## Energy-Performance Design Space Exploration in SMT Architectures Exploiting Selective Load Value Predictions

A. Gellert<sup>1</sup> G. Palermo<sup>2</sup> V. Zaccaria<sup>2</sup> A. Florea<sup>1</sup> L. Vintan<sup>1</sup> C. Silvano<sup>2</sup>

<sup>1</sup>"Lucian Blaga" University of Sibiu - Computer Science and Engineering Department

<sup>2</sup>Politecnico di Milano - Dipartimento di Elettronica e Informazione

{arpad.gellert, adrian.florea, lucian.vintan}@ulbsibiu.ro {gpa

{gpalermo, zaccaria, silvano}@elet.polimi.it

Abstract—This paper presents a design space exploration of a selective load value prediction scheme suitable for energyaware Simultaneous Multi-Threaded (SMT) architectures.
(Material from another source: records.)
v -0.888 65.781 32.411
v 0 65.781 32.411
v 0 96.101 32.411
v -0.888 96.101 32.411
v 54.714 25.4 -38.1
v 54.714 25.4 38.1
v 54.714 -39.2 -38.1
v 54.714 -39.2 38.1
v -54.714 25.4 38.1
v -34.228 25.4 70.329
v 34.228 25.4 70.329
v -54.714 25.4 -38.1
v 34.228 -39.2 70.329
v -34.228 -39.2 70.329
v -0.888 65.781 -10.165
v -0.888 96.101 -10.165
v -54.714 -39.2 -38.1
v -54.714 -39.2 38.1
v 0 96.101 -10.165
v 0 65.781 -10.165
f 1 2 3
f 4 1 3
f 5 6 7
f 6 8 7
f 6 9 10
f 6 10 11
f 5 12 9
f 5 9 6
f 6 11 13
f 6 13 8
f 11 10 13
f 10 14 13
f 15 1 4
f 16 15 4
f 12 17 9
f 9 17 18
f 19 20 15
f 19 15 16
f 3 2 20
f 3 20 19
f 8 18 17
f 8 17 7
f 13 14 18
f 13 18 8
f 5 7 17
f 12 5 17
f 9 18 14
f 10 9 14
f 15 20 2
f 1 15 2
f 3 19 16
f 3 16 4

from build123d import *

# Parameters (mm, degrees)
F0_W     = 109.428194
F0_H     = 76.2
F1_DEPTH = 39.19995
F3_DEPTH = 25.4
F4_W     = 30.319728
F4_H     = 42.576271
F5_DEPTH = 0.888


with BuildPart() as f1:
    # F0 (on Front) → F1 (new body)
    with BuildSketch(Plane.XZ):
        Polygon((-34.227538, 70.328853), (-54.714097, 38.1), (54.714097, 38.1), (34.227538, 70.328853), align=None)
        Rectangle(F0_W, F0_H)
    extrude(amount=F1_DEPTH)

    # F1_face (on face) → F3 (join)
    with BuildSketch(Plane(origin=(0, 0, 13.552836), x_dir=(1, 0, 0), z_dir=(0, 1, 0))):
        Polygon((-54.714097, -24.547164), (-34.227538, -56.776017), (34.227538, -56.776017), (54.714097, -24.547164), (54.714097, 51.652836), (-54.714097, 51.652836), align=None)
    extrude(amount=F3_DEPTH)


with BuildPart() as f5:
    # F4 (on Right) → F5 (new body)
    with BuildSketch(Plane.YZ):
        with Locations((80.941256, 11.123361)):
            Rectangle(F4_W, F4_H)
    extrude(amount=-F5_DEPTH)


solid = Compound([f1.part, f5.part])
A load value predictor is an architectural enhancement which speculates over the results of a micro-processor load instruction to speedup the execution of the following instructions. The proposed architectural enhancement differs from a classic predictor due to an improved selection scheme that allows to activate the predictor only when a miss occurs in the first level of cache. We analyze the effectiveness of the selective predictor in terms of overall energy reduction and performance improvement. To this end, we show how the proposed predictor can produce benefits (in terms of overall cost) when the cache size of the SMT architecture is reduced and we compare it with a classic non-selective load value prediction scheme. The experimental results have been gathered with a state-of-the-art SMT simulator running the SPEC2000 benchmark suite, both in SMT and non-SMT mode.<sup>1</sup>

### I. INTRODUCTION

The performance of current micro-processors is limited by the number of instructions that can be processed simultaneously [1]. The effectiveness of this process is limited by existing *read-after-write* (RAW) dependencies, since one instruction cannot be executed without reading the value of its source operands, which in turn are written by a previous instruction. Thus, whenever such a dependency exists, the involved instructions should be *serialized*.
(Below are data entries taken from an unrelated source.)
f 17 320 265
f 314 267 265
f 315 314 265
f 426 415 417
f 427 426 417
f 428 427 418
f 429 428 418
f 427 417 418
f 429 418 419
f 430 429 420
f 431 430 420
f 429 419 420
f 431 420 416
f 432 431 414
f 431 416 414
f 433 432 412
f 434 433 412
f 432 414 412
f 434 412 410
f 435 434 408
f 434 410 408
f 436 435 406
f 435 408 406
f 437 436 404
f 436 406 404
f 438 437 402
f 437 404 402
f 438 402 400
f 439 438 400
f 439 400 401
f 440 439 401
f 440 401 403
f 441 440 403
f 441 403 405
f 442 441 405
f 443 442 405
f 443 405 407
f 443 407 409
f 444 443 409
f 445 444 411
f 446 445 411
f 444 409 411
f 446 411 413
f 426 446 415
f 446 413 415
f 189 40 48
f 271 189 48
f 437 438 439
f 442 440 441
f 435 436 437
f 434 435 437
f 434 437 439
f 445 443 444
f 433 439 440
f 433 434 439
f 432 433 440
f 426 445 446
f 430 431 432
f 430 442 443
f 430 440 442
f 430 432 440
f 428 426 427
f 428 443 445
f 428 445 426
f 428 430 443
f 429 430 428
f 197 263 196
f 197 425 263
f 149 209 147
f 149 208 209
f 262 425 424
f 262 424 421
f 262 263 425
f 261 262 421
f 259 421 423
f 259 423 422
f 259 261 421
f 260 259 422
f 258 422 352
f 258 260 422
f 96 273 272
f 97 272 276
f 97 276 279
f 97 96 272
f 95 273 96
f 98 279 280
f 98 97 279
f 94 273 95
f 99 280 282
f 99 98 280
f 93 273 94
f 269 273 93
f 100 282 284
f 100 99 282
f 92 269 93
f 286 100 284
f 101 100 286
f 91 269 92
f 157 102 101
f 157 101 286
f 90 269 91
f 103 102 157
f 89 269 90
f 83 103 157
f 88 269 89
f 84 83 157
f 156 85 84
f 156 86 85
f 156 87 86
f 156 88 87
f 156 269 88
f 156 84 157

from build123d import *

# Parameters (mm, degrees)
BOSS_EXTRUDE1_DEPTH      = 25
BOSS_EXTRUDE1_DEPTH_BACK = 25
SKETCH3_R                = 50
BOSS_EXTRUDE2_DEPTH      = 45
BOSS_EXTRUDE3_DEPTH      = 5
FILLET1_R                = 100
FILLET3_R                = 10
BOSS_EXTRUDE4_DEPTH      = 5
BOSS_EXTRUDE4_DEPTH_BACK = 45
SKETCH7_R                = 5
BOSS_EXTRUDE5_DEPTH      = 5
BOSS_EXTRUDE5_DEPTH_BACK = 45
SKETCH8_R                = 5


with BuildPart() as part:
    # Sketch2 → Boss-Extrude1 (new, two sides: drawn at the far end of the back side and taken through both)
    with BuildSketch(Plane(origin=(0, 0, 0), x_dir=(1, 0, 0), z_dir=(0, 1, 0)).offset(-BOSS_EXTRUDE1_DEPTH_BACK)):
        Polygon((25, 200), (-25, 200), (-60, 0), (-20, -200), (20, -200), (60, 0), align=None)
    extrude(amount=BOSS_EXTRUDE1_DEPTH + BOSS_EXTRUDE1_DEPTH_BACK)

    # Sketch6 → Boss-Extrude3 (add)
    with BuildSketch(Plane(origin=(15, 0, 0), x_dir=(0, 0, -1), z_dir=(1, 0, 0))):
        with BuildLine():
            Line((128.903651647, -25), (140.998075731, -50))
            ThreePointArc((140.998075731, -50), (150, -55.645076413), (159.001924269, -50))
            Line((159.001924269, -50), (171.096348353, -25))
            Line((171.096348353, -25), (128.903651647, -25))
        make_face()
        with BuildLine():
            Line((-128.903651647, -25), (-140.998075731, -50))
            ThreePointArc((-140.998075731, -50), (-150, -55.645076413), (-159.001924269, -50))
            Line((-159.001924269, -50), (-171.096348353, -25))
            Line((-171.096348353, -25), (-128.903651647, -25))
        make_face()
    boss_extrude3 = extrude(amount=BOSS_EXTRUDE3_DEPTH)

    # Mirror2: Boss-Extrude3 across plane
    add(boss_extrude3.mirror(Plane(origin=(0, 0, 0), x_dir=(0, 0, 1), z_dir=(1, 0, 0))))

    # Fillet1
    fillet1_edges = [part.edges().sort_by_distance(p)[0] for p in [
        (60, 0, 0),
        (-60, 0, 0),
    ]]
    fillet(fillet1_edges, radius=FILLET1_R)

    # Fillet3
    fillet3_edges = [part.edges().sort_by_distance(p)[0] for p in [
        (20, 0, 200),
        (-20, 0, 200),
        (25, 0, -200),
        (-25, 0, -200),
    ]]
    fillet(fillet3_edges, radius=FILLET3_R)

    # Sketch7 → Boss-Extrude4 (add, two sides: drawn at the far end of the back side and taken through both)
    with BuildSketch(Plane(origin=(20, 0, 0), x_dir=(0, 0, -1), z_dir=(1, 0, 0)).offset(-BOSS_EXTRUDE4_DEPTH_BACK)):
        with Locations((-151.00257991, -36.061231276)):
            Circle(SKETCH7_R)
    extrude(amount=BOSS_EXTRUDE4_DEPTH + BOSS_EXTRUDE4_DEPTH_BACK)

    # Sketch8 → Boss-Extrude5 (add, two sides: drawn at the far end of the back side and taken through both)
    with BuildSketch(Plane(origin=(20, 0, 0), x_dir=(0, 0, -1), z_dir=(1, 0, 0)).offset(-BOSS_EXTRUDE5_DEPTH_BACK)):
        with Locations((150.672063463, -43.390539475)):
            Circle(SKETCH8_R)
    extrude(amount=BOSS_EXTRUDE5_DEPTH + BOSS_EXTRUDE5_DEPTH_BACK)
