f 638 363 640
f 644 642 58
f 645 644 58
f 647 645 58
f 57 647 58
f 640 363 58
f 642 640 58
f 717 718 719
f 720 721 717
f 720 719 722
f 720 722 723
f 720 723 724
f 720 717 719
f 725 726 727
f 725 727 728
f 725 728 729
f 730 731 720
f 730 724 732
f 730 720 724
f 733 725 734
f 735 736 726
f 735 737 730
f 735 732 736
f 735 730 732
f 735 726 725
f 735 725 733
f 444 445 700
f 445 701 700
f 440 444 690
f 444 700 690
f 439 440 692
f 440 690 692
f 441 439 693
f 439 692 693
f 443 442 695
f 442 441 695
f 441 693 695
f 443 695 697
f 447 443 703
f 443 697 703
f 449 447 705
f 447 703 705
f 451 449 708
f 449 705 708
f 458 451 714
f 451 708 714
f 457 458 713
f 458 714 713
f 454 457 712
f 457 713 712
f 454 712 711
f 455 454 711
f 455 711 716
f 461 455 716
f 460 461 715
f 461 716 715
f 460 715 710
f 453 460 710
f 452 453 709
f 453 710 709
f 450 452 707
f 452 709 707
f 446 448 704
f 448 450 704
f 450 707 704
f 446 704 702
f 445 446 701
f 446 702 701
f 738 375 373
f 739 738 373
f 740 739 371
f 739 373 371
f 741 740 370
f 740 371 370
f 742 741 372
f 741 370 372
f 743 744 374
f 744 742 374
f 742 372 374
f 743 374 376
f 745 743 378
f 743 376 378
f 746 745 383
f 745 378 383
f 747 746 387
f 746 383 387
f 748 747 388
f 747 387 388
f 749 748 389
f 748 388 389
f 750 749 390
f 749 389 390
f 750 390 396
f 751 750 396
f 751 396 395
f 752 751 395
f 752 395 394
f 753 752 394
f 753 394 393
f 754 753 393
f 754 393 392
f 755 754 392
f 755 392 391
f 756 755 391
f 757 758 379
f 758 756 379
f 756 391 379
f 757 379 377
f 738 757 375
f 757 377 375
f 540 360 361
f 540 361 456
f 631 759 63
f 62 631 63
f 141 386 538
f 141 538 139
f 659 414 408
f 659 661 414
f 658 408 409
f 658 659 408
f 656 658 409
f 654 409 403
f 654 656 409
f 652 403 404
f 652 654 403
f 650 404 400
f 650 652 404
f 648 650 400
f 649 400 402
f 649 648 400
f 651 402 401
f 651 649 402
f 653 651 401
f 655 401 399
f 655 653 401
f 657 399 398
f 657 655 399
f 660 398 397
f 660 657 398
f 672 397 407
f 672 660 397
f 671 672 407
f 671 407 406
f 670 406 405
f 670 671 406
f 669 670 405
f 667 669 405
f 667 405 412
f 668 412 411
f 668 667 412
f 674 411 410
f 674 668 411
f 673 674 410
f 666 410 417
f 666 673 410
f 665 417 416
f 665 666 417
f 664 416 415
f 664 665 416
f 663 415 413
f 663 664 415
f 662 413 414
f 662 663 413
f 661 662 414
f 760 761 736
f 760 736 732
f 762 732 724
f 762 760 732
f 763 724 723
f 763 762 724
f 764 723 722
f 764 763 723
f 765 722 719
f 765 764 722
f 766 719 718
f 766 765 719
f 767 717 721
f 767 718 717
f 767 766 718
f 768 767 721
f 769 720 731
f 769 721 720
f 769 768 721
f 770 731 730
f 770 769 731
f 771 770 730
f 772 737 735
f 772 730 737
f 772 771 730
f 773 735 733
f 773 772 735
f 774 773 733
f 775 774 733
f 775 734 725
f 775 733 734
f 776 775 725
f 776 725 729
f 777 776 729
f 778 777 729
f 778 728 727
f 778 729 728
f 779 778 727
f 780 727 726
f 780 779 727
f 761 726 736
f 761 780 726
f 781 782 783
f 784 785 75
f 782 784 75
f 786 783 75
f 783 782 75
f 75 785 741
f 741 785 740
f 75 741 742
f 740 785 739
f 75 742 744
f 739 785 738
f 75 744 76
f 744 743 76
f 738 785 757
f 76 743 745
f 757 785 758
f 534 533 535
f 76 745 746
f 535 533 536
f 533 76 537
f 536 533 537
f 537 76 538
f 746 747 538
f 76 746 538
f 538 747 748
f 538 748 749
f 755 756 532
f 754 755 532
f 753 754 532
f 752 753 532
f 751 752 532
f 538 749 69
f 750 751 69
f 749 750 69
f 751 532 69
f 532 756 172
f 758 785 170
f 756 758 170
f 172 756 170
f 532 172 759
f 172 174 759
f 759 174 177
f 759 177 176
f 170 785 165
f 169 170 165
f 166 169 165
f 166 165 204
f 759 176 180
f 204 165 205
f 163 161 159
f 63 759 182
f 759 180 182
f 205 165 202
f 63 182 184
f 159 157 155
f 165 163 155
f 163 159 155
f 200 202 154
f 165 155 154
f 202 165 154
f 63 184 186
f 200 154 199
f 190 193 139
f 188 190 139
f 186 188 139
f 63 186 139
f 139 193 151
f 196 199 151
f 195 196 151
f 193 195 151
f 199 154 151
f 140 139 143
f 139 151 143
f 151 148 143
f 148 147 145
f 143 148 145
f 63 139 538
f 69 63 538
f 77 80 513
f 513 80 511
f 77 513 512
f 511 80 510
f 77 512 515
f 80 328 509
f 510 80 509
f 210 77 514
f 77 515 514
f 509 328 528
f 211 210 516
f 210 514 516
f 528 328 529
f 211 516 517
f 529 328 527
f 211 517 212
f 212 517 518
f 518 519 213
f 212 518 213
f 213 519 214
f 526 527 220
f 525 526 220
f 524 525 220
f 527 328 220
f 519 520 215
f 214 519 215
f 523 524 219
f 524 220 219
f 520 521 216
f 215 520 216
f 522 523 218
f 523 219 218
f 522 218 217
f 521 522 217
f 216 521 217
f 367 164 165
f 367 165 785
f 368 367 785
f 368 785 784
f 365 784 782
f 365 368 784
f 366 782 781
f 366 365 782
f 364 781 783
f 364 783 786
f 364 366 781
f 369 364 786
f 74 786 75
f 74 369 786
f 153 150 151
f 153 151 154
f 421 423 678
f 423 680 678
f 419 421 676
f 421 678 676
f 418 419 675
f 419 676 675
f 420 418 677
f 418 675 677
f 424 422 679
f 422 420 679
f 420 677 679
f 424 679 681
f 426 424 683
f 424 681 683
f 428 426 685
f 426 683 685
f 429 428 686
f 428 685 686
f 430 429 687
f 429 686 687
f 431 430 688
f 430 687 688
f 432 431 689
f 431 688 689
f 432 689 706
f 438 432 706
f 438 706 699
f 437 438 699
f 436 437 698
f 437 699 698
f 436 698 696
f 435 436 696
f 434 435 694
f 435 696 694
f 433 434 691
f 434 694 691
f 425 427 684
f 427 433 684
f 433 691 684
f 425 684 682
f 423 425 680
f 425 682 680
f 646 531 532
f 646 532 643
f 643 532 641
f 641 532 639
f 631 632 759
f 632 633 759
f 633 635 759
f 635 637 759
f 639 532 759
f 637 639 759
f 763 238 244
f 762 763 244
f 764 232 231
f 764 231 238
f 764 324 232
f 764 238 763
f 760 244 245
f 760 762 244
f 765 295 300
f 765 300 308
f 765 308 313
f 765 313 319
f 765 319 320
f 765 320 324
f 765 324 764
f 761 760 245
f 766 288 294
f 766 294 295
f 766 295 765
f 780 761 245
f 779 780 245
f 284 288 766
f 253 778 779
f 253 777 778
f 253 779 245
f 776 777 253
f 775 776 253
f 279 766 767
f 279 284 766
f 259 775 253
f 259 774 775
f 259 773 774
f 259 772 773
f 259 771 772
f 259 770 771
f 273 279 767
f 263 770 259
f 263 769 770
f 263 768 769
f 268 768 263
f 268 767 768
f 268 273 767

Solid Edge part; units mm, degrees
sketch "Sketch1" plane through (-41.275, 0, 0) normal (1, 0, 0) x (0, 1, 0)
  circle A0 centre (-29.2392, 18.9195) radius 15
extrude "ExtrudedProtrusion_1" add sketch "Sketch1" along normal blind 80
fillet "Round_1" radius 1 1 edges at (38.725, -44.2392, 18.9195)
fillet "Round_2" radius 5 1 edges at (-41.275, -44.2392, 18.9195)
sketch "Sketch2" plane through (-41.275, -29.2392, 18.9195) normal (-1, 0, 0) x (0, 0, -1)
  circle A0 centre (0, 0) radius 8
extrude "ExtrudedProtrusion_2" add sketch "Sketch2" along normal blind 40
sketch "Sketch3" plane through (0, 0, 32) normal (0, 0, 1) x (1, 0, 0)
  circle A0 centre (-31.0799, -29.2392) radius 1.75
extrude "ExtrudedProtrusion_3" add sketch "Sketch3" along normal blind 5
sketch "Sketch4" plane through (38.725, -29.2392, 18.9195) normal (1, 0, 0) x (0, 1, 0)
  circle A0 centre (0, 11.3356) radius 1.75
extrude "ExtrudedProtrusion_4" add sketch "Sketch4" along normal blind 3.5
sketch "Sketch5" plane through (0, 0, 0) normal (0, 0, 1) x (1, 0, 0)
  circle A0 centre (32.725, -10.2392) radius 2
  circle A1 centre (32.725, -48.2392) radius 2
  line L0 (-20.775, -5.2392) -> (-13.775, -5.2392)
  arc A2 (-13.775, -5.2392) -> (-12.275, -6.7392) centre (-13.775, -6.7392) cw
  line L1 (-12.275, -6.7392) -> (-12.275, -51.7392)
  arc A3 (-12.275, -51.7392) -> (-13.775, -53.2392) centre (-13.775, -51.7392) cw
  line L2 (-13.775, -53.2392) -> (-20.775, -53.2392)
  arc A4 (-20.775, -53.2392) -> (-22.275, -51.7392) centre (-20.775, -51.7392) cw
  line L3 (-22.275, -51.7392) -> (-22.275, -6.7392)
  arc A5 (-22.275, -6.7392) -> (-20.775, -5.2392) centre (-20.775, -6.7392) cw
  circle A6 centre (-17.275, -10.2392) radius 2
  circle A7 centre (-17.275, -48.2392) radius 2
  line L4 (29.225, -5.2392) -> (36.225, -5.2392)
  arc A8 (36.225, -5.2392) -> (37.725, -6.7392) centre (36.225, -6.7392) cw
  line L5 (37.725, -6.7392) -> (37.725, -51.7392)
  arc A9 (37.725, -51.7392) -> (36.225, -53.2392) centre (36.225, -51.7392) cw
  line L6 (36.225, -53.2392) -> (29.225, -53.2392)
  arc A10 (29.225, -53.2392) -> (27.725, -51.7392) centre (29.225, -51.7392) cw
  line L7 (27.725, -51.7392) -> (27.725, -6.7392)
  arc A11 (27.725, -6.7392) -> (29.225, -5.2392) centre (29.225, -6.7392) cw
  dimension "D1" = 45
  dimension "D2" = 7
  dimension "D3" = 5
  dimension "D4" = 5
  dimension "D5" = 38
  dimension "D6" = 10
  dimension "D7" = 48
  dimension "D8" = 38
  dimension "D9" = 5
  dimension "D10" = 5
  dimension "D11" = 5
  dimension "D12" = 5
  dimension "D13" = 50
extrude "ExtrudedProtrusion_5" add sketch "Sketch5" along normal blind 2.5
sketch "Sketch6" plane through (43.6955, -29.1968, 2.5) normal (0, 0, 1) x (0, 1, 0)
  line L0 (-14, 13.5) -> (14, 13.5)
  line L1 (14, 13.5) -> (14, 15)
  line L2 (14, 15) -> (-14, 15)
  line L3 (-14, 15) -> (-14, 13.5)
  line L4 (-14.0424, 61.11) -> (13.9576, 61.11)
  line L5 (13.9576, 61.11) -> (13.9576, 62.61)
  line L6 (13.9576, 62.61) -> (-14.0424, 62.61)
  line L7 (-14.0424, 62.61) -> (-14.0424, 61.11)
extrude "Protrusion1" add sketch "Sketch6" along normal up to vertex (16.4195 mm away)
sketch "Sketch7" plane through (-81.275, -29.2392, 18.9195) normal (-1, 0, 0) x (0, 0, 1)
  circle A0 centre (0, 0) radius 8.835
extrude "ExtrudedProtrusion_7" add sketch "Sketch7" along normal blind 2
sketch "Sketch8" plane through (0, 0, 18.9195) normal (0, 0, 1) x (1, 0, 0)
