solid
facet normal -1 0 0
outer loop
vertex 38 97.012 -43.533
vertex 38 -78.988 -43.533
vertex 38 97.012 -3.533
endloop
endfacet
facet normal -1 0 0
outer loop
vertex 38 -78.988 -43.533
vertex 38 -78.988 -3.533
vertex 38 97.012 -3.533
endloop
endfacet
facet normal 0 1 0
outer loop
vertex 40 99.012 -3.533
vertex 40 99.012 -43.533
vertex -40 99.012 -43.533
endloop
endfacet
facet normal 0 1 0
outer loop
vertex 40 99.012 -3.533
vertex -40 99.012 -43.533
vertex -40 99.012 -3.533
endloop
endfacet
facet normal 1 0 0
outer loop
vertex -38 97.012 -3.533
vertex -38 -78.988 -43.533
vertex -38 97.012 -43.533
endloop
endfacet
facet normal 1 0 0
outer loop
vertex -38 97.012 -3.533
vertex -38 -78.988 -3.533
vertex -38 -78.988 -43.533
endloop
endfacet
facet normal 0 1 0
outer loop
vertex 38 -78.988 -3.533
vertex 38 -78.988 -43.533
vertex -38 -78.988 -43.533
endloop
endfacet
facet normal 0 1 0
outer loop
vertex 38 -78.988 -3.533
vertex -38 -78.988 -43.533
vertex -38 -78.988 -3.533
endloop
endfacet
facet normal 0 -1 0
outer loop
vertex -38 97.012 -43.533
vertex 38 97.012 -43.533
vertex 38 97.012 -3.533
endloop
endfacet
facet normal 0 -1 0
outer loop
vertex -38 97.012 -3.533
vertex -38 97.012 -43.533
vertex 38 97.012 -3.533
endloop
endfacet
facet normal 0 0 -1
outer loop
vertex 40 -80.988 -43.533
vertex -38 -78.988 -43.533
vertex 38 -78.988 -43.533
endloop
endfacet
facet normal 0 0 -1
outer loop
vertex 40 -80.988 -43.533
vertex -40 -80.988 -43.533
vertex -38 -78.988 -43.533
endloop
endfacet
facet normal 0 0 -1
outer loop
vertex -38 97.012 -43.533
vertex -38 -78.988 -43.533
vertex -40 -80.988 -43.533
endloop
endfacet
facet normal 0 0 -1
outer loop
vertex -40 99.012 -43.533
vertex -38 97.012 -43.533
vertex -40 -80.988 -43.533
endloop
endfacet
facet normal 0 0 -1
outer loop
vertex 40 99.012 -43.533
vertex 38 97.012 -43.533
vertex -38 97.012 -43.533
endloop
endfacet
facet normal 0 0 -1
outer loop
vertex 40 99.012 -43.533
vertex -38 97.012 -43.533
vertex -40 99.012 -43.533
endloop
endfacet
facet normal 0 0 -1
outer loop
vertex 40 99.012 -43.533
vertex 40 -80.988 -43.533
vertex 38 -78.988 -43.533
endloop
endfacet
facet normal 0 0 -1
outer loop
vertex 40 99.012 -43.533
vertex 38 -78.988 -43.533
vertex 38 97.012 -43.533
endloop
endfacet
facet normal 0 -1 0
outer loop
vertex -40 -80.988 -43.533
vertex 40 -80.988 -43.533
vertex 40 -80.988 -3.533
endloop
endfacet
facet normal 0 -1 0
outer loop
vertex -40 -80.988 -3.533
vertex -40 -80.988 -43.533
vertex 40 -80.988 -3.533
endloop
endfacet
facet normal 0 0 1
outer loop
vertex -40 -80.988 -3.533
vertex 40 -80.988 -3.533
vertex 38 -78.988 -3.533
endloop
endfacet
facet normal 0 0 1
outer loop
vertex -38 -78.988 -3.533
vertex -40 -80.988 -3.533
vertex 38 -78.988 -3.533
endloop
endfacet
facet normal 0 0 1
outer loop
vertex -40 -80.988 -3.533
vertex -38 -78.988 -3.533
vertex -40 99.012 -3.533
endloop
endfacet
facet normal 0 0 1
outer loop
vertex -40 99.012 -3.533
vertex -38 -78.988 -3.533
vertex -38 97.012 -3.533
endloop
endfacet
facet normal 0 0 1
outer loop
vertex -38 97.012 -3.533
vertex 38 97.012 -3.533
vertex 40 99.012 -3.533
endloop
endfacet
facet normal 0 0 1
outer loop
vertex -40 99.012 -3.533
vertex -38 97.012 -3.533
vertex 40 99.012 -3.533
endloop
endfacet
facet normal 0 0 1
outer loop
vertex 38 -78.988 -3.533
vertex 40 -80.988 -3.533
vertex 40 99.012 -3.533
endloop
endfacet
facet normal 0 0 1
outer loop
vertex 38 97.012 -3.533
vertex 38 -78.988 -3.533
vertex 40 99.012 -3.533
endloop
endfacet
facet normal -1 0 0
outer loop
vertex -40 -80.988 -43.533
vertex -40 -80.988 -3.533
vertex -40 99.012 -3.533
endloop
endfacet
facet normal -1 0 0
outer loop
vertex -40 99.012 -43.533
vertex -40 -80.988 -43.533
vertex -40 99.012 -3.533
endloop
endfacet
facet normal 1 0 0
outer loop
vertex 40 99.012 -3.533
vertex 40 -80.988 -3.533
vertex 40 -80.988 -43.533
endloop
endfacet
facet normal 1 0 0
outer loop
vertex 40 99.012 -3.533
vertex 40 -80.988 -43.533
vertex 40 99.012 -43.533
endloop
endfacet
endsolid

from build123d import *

# Parameters (mm, degrees)
F0_W     = 180
F0_H     = 40
F1_DEPTH = 40
F2_T     = -2


with BuildPart() as f1:
    # F0 (on Right) → F1 (new body, symmetric)
    with BuildSketch(Plane.YZ):
        with Locations((9.012016, -23.53282)):
            Rectangle(F0_W, F0_H)
    extrude(amount=F1_DEPTH, both=True)

    # F2
    f2_openings = [f1.faces().sort_by_distance(p)[0] for p in [
        (0, 9.012016, -3.53282),
        (0, 9.012016, -43.53282),
    ]]
    offset(amount=F2_T, openings=f2_openings)


solid = f1.part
This is true for a wide category of operations ranging from arithmetic instructions to branch and load/store instructions. To overcome such drawbacks, super-scalar and multi-threaded micro-architectures have been equipped with dynamic techniques such as *branch* and *value prediction* that allow to anticipate (predict) the value of the source operands and thus start instructions earlier than the *serialized* case. However, the additional energy consumption associated with such architectural enhancements can be significant and should be traded-off with the actual benefits in terms of performance to achieve a required energy budget.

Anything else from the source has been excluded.